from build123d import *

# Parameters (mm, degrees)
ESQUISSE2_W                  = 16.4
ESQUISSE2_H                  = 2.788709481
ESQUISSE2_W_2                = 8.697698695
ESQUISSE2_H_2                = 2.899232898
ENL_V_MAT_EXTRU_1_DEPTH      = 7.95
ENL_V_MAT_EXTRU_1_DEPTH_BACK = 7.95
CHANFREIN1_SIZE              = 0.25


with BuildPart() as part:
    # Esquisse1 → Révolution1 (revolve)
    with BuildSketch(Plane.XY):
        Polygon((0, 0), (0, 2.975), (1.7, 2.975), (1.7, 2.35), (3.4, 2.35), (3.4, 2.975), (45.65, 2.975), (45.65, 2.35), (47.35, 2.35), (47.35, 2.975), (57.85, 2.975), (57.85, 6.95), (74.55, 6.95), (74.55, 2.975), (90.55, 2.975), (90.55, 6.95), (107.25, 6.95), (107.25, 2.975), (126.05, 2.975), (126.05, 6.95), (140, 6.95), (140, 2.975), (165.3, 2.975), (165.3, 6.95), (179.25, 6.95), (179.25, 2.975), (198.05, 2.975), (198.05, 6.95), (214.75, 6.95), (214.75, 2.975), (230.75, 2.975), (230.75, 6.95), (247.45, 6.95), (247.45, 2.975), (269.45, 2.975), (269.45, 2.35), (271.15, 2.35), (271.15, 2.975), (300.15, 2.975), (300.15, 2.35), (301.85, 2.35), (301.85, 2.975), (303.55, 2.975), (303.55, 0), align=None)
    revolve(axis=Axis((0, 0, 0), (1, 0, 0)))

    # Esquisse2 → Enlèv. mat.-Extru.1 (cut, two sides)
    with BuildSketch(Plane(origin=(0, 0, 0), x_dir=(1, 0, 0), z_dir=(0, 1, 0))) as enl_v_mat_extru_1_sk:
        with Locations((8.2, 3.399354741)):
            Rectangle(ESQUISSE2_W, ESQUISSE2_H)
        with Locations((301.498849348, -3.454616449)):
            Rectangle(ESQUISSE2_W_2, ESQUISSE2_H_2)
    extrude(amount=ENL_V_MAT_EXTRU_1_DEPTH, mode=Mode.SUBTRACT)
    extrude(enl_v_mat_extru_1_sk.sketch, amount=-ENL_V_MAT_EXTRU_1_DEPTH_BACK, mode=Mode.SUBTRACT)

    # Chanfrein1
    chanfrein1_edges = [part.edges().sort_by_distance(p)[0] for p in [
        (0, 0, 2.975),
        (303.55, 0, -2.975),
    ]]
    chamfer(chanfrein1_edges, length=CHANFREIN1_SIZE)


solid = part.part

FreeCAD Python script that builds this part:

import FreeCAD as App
import Part
import Sketcher
Q = App.Units.Quantity


def edges_at(feature, points):
    """Names of the edges that pass closest to the given points."""
    edges = feature.Shape.Edges
    near = lambda p: min(range(len(edges)), key=lambda i: edges[i].distToShape(Part.Vertex(*p))[0])
    return sorted({f"Edge{near(p) + 1}" for p in points})


def add_polygon(sketch, points):
    """Adds a closed chain of lines whose ends are joined by coincident constraints."""
    first, n = sketch.GeometryCount, len(points)
    for a, b in zip(points, points[1:] + points[:1]):
        sketch.addGeometry(Part.LineSegment(App.Vector(*a, 0), App.Vector(*b, 0)), False)
    for i in range(n):
        sketch.addConstraint(Sketcher.Constraint("Coincident", first + i, 2, first + (i + 1) % n, 1))

doc = App.newDocument("Part")
body = doc.addObject("PartDesign::Body", "Body")

# Sketch on XY plane
sketch1 = doc.addObject("Sketcher::SketchObject", "Sketch")
body.addObject(sketch1)
sketch1.AttachmentSupport = (doc.XY_Plane, [""])
sketch1.MapMode = "FlatFace"
add_polygon(sketch1, [(0, 3), (0, 0), (303.6, 0), (303.6, 3), (301.9, 3), (301.9, 2.4), (300.1, 2.4), (300.1, 3), (271.1, 3), (271.1, 2.4), (269.4, 2.4), (269.4, 3), (247.4, 3), (247.4, 7), (230.8, 7), (230.8, 3), (214.8, 3), (214.8, 7), (198.1, 7), (198.1, 3), (179.2, 3), (179.2, 7), (165.3, 7), (165.3, 3), (140, 3), (140, 7), (126, 7), (126, 3), (107.2, 3), (107.2, 7), (90.5, 7), (90.5, 3), (74.5, 3), (74.5, 7), (57.9, 7), (57.9, 3), (47.4, 3), (47.4, 2.4), (45.6, 2.4), (45.6, 3), (3.4, 3), (3.4, 2.4), (1.7, 2.4), (1.7, 3)])  # lines 0-43
sketch1.addConstraint([
    Sketcher.Constraint("Vertical", 0),
    Sketcher.Constraint("Horizontal", 1),
    Sketcher.Constraint("Vertical", 2),
    Sketcher.Constraint("Horizontal", 3),
    Sketcher.Constraint("Vertical", 4),
    Sketcher.Constraint("Horizontal", 5),
    Sketcher.Constraint("Vertical", 6),
    Sketcher.Constraint("Horizontal", 7),
    Sketcher.Constraint("Vertical", 8),
    Sketcher.Constraint("Horizontal", 9),
    Sketcher.Constraint("Vertical", 10),
    Sketcher.Constraint("Horizontal", 11),
    Sketcher.Constraint("Vertical", 12),
    Sketcher.Constraint("Horizontal", 13),
    Sketcher.Constraint("Vertical", 14),
    Sketcher.Constraint("Horizontal", 15),
    Sketcher.Constraint("Vertical", 16),
    Sketcher.Constraint("Horizontal", 17),
    Sketcher.Constraint("Vertical", 18),
    Sketcher.Constraint("Horizontal", 19),
    Sketcher.Constraint("Vertical", 20),
    Sketcher.Constraint("Horizontal", 21),
    Sketcher.Constraint("Vertical", 22),
    Sketcher.Constraint("Horizontal", 23),
    Sketcher.Constraint("Vertical", 24),
    Sketcher.Constraint("Horizontal", 25),
    Sketcher.Constraint("Vertical", 26),
    Sketcher.Constraint("Horizontal", 27),
    Sketcher.Constraint("Vertical", 28),
    Sketcher.Constraint("Horizontal", 29),
    Sketcher.Constraint("Vertical", 30),
    Sketcher.Constraint("Horizontal", 31),
    Sketcher.Constraint("Vertical", 32),
    Sketcher.Constraint("Horizontal", 33),
    Sketcher.Constraint("Vertical", 34),
    Sketcher.Constraint("Horizontal", 35),
    Sketcher.Constraint("Vertical", 36),
    Sketcher.Constraint("Horizontal", 37),
    Sketcher.Constraint("Vertical", 38),
    Sketcher.Constraint("Horizontal", 39),
    Sketcher.Constraint("Vertical", 40),
    Sketcher.Constraint("Horizontal", 41),
    Sketcher.Constraint("Vertical", 42),
    Sketcher.Constraint("Horizontal", 43),
    Sketcher.Constraint("Coincident", 0, 2, -1, 1),
    Sketcher.Constraint("Horizontal", 3, 2, 6, 2),
    Sketcher.Constraint("Horizontal", 5, 2, 8, 2),
    Sketcher.Constraint("Horizontal", 7, 2, 10, 2),
    Sketcher.Constraint("Horizontal", 11, 2, 14, 2),
    Sketcher.Constraint("Horizontal", 13, 2, 16, 2),
    Sketcher.Constraint("Horizontal", 15, 2, 18, 2),
    Sketcher.Constraint("Horizontal", 17, 2, 20, 2),
    Sketcher.Constraint("Horizontal", 19, 2, 22, 2),
    Sketcher.Constraint("Horizontal", 21, 2, 24, 2),
    Sketcher.Constraint("Horizontal", 23, 2, 26, 2),
    Sketcher.Constraint("Horizontal", 25, 2, 28, 2),
    Sketcher.Constraint("Horizontal", 27, 2, 30, 2),
    Sketcher.Constraint("Horizontal", 29, 2, 32, 2),
    Sketcher.Constraint("Horizontal", 31, 2, 34, 2),
    Sketcher.Constraint("Horizontal", 9, 2, 36, 2),
    Sketcher.Constraint("Horizontal", 35, 2, 38, 2),
    Sketcher.Constraint("Horizontal", 37, 2, 40, 2),
    Sketcher.Constraint("Horizontal", 39, 2, 42, 2),
    Sketcher.Constraint("Equal", 3, 5),
    Sketcher.Constraint("Equal", 5, 9),
    Sketcher.Constraint("Equal", 13, 17),
    Sketcher.Constraint("Equal", 21, 25),
    Sketcher.Constraint("Equal", 19, 27),
    Sketcher.Constraint("Equal", 17, 29),
    Sketcher.Constraint("Equal", 15, 31),
    Sketcher.Constraint("Equal", 29, 33),
    Sketcher.Constraint("Equal", 9, 37),
    Sketcher.Constraint("Equal", 37, 41),
    Sketcher.Constraint("Equal", 41, 43),
    Sketcher.Constraint("DistanceX", 7, 2, 7, 1, Q("29 mm")),
    Sketcher.Constraint("DistanceX", 11, 2, 11, 1, Q("22 mm")),
    Sketcher.Constraint("DistanceX", 15, 2, 15, 1, Q("16 mm")),
    Sketcher.Constraint("DistanceX", 3, 2, 3, 1, Q("1.7 mm")),
    Sketcher.Constraint("DistanceX", 13, 2, 13, 1, Q("16.7 mm")),
    Sketcher.Constraint("DistanceX", 19, 2, 19, 1, Q("18.8 mm")),
    Sketcher.Constraint("DistanceX", 23, 2, 23, 1, Q("25.3 mm")),
    Sketcher.Constraint("DistanceX", 35, 2, 35, 1, Q("10.5 mm")),
    Sketcher.Constraint("DistanceX", -1, 1, 23, 2, Q("140 mm")),
    Sketcher.Constraint("DistanceX", 1, 1, 1, 2, Q("303.55 mm")),
    Sketcher.Constraint("DistanceY", 9, 2, 12, 2, Q("4.6 mm")),
    Sketcher.Constraint("DistanceY", 0, 2, 0, 1, Q("2.975 mm")),
    Sketcher.Constraint("DistanceY", 4, 2, 4, 1, Q("0.625 mm")),
])
revolution = doc.addObject("PartDesign::Revolution", "Revolution")
body.addObject(revolution)
revolution.Profile = sketch1
revolution.ReferenceAxis = (sketch1, ["H_Axis"])
revolution.Angle = 360

# Sketch on XZ plane
sketch2 = doc.addObject("Sketcher::SketchObject", "Sketch001")
body.addObject(sketch2)
sketch2.AttachmentSupport = (doc.XZ_Plane, [""])
sketch2.MapMode = "FlatFace"
add_polygon(sketch2, [(0, -4.8), (0, -2), (16.4, -2), (16.4, -4.8)])  # lines 0-3
add_polygon(sketch2, [(297.2, 2), (297.2, 4.9), (305.8, 4.9), (305.8, 2)])  # lines 4-7
sketch2.addConstraint([
    Sketcher.Constraint("Vertical", 0),
    Sketcher.Constraint("Horizontal", 1),
    Sketcher.Constraint("Vertical", 2),
    Sketcher.Constraint("Horizontal", 3),
    Sketcher.Constraint("Vertical", 4),
    Sketcher.Constraint("Horizontal", 5),
    Sketcher.Constraint("Vertical", 6),
    Sketcher.Constraint("Horizontal", 7),
    Sketcher.Constraint("PointOnObject", 0, 2, -2),
    Sketcher.Constraint("DistanceX", 1, 1, 1, 2, Q("16.4 mm")),
    Sketcher.Constraint("DistanceX", -1, 1, 4, 2, Q("297.15 mm")),
    Sketcher.Constraint("DistanceY", 1, 2, 6, 2, Q("4.01 mm")),
    Sketcher.Constraint("DistanceX", 5, 1, 5, 2, Q("8.697699 mm")),
    Sketcher.Constraint("DistanceY", 0, 2, -1, 1, Q("2.005 mm")),
    Sketcher.Constraint("DistanceY", 0, 1, 0, 2, Q("2.788709 mm")),
    Sketcher.Constraint("DistanceY", 4, 1, 4, 2, Q("2.899233 mm")),
])
pocket1 = doc.addObject("PartDesign::Pocket", "Pocket")
body.addObject(pocket1)
pocket1.Profile = sketch2
pocket1.Type = "ThroughAll"
pocket1.Midplane = True
doc.recompute()

chamfer = doc.addObject("PartDesign::Chamfer", "Chamfer")
body.addObject(chamfer)
chamfer.Base = (pocket1, edges_at(pocket1, [(0, 0, 2.975), (303.55, 0, -2.975)]))
chamfer.Size = 0.25

doc.recompute()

Exercise brief:
Exact reproduction of the lines from the top of the material through the line where "FreeCAD Python script" appears is required, both boundary lines included, with no other output.

Answer box:
from build123d import *

# Parameters (mm, degrees)
ESQUISSE2_W                  = 16.4
ESQUISSE2_H                  = 2.788709481
ESQUISSE2_W_2                = 8.697698695
ESQUISSE2_H_2                = 2.899232898
ENL_V_MAT_EXTRU_1_DEPTH      = 7.95
ENL_V_MAT_EXTRU_1_DEPTH_BACK = 7.95
CHANFREIN1_SIZE              = 0.25


with BuildPart() as part:
    # Esquisse1 → Révolution1 (revolve)
    with BuildSketch(Plane.XY):
        Polygon((0, 0), (0, 2.975), (1.7, 2.975), (1.7, 2.35), (3.4, 2.35), (3.4, 2.975), (45.65, 2.975), (45.65, 2.35), (47.35, 2.35), (47.35, 2.975), (57.85, 2.975), (57.85, 6.95), (74.55, 6.95), (74.55, 2.975), (90.55, 2.975), (90.55, 6.95), (107.25, 6.95), (107.25, 2.975), (126.05, 2.975), (126.05, 6.95), (140, 6.95), (140, 2.975), (165.3, 2.975), (165.3, 6.95), (179.25, 6.95), (179.25, 2.975), (198.05, 2.975), (198.05, 6.95), (214.75, 6.95), (214.75, 2.975), (230.75, 2.975), (230.75, 6.95), (247.45, 6.95), (247.45, 2.975), (269.45, 2.975), (269.45, 2.35), (271.15, 2.35), (271.15, 2.975), (300.15, 2.975), (300.15, 2.35), (301.85, 2.35), (301.85, 2.975), (303.55, 2.975), (303.55, 0), align=None)
    revolve(axis=Axis((0, 0, 0), (1, 0, 0)))

    # Esquisse2 → Enlèv. mat.-Extru.1 (cut, two sides)
    with BuildSketch(Plane(origin=(0, 0, 0), x_dir=(1, 0, 0), z_dir=(0, 1, 0))) as enl_v_mat_extru_1_sk:
        with Locations((8.2, 3.399354741)):
            Rectangle(ESQUISSE2_W, ESQUISSE2_H)
        with Locations((301.498849348, -3.454616449)):
            Rectangle(ESQUISSE2_W_2, ESQUISSE2_H_2)
    extrude(amount=ENL_V_MAT_EXTRU_1_DEPTH, mode=Mode.SUBTRACT)
    extrude(enl_v_mat_extru_1_sk.sketch, amount=-ENL_V_MAT_EXTRU_1_DEPTH_BACK, mode=Mode.SUBTRACT)

    # Chanfrein1
    chanfrein1_edges = [part.edges().sort_by_distance(p)[0] for p in [
        (0, 0, 2.975),
        (303.55, 0, -2.975),
    ]]
    chamfer(chanfrein1_edges, length=CHANFREIN1_SIZE)


solid = part.part

FreeCAD Python script that builds this part:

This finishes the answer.